When you encounter a number, what sort of numerical information is it giving you? Is the number functioning merely as a label? Or is it counting how many? Does it denote a magnitude or merely indicate an ordering relation? All such questions address the issue of scale. When you see a number, it belongs to one of five scales:
Nominal scale. Here the numbers are merely serving as a label to distinguish different items. Think of social security numbers. They simply distinguish people in the United States, nothing more. The fact that one social security number is bigger than another tells us nothing about people’s respective ages, heights, or anything else about the people who possess them. Social security numbers belong to a nominal scale.
Ordinal scale. Here the numbers indicate an order but provide no magnitude information. For instance, imagine that prisoners in a prison get their numbers assigned by the order in which they entered the prison. The first prisoner gets number 1, the second number 2, and so on. The prisoners’ numbers thus tells us whether one prisoner entered prison before or after another, but tell us nothing about when or how much longer one prisoner entered prison before another. These prison numbers belong to an ordinal scale.

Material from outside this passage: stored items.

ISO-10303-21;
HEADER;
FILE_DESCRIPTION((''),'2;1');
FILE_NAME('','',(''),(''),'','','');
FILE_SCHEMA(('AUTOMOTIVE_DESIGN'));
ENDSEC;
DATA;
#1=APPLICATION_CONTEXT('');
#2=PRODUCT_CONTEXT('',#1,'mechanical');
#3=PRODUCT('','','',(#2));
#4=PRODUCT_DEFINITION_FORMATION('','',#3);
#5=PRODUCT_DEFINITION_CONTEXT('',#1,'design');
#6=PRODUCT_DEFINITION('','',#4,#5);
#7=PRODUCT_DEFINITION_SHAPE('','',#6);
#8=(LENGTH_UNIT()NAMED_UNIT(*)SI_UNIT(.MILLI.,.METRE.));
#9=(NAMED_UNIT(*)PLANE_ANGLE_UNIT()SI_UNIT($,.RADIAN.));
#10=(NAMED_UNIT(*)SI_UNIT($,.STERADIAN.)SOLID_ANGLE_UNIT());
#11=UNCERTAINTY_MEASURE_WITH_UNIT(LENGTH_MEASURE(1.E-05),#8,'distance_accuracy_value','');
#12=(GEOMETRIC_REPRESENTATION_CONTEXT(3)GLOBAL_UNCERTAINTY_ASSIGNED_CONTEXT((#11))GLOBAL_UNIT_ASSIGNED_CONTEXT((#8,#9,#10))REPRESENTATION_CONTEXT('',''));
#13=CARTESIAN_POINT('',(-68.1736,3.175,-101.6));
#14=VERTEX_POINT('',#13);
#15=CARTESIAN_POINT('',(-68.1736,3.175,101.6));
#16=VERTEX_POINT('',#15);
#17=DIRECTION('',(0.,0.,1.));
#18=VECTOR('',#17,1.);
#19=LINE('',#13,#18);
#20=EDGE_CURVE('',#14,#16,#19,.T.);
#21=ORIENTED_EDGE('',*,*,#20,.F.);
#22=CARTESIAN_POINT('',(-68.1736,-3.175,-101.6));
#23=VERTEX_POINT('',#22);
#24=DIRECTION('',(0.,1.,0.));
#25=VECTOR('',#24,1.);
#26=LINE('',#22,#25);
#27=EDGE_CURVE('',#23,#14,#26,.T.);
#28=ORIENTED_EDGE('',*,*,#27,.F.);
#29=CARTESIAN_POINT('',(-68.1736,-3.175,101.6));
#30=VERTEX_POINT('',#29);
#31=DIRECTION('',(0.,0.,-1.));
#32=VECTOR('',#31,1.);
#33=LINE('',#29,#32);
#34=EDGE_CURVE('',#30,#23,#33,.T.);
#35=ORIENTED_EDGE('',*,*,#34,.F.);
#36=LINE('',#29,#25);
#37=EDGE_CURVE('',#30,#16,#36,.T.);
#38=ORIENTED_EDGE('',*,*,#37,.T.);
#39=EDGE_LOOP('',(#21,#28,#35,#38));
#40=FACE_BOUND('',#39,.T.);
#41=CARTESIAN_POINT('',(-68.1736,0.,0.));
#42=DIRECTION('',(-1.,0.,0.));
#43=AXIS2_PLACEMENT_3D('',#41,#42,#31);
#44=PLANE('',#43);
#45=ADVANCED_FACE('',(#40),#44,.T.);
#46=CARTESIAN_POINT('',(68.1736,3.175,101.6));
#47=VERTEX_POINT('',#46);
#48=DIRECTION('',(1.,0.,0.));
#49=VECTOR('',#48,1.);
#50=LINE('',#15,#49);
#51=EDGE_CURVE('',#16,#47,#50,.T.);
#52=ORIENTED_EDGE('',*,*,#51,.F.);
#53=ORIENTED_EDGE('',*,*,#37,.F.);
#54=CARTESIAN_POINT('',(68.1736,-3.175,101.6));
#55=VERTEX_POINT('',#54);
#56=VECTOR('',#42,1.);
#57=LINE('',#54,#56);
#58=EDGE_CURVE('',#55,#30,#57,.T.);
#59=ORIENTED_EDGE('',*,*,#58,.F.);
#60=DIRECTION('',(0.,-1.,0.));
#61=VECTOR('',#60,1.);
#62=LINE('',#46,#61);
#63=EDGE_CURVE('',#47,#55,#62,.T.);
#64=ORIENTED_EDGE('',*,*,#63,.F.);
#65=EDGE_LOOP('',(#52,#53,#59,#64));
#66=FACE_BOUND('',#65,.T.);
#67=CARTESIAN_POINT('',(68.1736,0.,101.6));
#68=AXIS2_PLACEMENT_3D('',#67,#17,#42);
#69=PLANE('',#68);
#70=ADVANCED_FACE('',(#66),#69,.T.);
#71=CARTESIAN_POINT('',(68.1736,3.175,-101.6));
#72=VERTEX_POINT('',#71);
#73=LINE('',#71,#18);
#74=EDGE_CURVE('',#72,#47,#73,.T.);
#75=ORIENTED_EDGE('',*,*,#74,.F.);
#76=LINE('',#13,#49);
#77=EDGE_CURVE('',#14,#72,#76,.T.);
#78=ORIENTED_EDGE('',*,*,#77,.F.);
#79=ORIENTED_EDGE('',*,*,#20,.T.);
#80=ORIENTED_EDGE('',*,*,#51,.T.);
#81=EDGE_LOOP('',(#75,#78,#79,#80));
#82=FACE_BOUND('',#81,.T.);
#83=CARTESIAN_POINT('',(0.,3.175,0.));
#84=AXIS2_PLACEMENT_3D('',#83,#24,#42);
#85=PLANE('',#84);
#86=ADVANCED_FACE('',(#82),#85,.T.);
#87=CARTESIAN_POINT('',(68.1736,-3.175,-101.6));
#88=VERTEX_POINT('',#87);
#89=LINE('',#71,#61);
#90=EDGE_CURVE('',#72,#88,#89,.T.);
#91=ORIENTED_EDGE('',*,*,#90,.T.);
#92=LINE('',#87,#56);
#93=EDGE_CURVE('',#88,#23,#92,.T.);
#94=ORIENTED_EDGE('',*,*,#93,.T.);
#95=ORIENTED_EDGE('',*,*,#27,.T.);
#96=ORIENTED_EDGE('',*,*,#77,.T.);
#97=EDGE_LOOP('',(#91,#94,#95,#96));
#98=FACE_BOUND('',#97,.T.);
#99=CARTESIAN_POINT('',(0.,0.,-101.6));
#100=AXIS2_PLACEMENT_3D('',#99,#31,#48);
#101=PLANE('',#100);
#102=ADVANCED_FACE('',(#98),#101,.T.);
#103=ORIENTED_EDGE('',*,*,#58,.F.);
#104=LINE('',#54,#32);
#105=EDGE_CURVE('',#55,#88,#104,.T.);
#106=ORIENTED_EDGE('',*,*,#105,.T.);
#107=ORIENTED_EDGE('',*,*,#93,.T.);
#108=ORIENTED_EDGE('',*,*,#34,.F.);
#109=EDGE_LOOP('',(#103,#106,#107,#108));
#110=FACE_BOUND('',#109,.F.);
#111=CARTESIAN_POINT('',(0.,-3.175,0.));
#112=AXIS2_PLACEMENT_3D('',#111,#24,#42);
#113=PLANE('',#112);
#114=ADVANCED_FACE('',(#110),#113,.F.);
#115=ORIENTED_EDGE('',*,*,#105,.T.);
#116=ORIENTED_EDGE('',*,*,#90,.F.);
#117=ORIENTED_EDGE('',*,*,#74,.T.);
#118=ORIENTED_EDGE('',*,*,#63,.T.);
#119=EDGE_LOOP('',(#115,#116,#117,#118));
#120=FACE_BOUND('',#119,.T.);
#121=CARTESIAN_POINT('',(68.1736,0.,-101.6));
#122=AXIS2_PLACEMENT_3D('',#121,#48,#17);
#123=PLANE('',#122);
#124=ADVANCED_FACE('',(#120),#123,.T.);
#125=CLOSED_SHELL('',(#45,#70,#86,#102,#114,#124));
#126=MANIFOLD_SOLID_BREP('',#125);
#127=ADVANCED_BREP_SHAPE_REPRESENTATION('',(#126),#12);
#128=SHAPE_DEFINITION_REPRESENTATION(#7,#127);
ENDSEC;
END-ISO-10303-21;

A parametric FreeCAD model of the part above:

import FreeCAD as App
import Part
import Sketcher
from FreeCAD import Vector
Q = App.Units.Quantity


def add_polygon(sketch, points):
    """Adds a closed chain of lines whose ends are joined by coincident constraints."""
    first, n = sketch.GeometryCount, len(points)
    for a, b in zip(points, points[1:] + points[:1]):
        sketch.addGeometry(Part.LineSegment(App.Vector(*a, 0), App.Vector(*b, 0)), False)
    for i in range(n):
        sketch.addConstraint(Sketcher.Constraint("Coincident", first + i, 2, first + (i + 1) % n, 1))

doc = App.newDocument("Part")
body = doc.addObject("PartDesign::Body", "Body")

sketch1 = body.newObject("Sketcher::SketchObject", "Sketch")
sketch1.AttachmentSupport = (doc.getObject("XZ_Plane"), [""])
sketch1.MapMode = "FlatFace"
add_polygon(sketch1, [(68, -102), (-68, -102), (-68, 102), (68, 102)])
sketch1.addConstraint(Sketcher.Constraint("Horizontal", 0))
sketch1.addConstraint(Sketcher.Constraint("Vertical", 1))
sketch1.addConstraint(Sketcher.Constraint("Horizontal", 2))
sketch1.addConstraint(Sketcher.Constraint("Vertical", 3))
sketch1.addConstraint(Sketcher.Constraint("Symmetric", 0, 2, 2, 2, -1, 1))
sketch1.addConstraint(Sketcher.Constraint("DistanceY", 1, 1, 1, 2, Q("8 in")))
sketch1.addConstraint(Sketcher.Constraint("DistanceX", 0, 2, 0, 1, Q("5.368 in")))
pad1 = body.newObject("PartDesign::Pad", "Pad")
pad1.Profile = sketch1
pad1.Length = Q("0.25 in")
pad1.Midplane = True

doc.recompute()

Interval scale. Here the numbers provide information of relative magnitudes. Consider street addresses in a city that is laid out as a grid, such as Chicago. A difference of 800 indicates one mile. Thus Western Avenue, which is 2400 west, is two miles from Pulaski Avenue, which is 4000 west (both these streets run north-south). But allowing 800 to indicate one mile is arbitrary, as is assigning Western Avenue to 2400 west. Instead of 800, city planners could have let 500 indicate a mile; and they could have let Western Avenue be 0 west or even 600 east. The functionality of Chicago street numbers is unchanged by both the addition and the multiplication of a constant, which leave interval information unchanged. These street numbers therefore belong to an interval scale.
Ratio scale. Here the numbers provide information about relative magnitudes, but the zero point is fixed. Consider distance from a given point. One can measure the distance in meters or feet or miles; all that’s required to make the conversion of units is multiplication by a constant. But the distance from a point to itself is always zero and doesn’t depend on the units of measurement. Distance information in this case is unchanged by the multiplication of a constant, which is the ratio of units. Distance therefore belongs to a ratio scale.
Absolute scale. Here the numbers can be only what they are. Such numbers are used to count the exact number of objects in some collection. How many marbles are in that jar? The answer admits only one number, that is, the exact number of marbles in the jar. When a number gives an exact count, it admits no variation. It is what it is and can be no other. In that case, the number belongs to an absolute scale.
REFERENCE: Warren S. Torgerson, Theory and Methods of Scaling. New York: Wiley, 1958.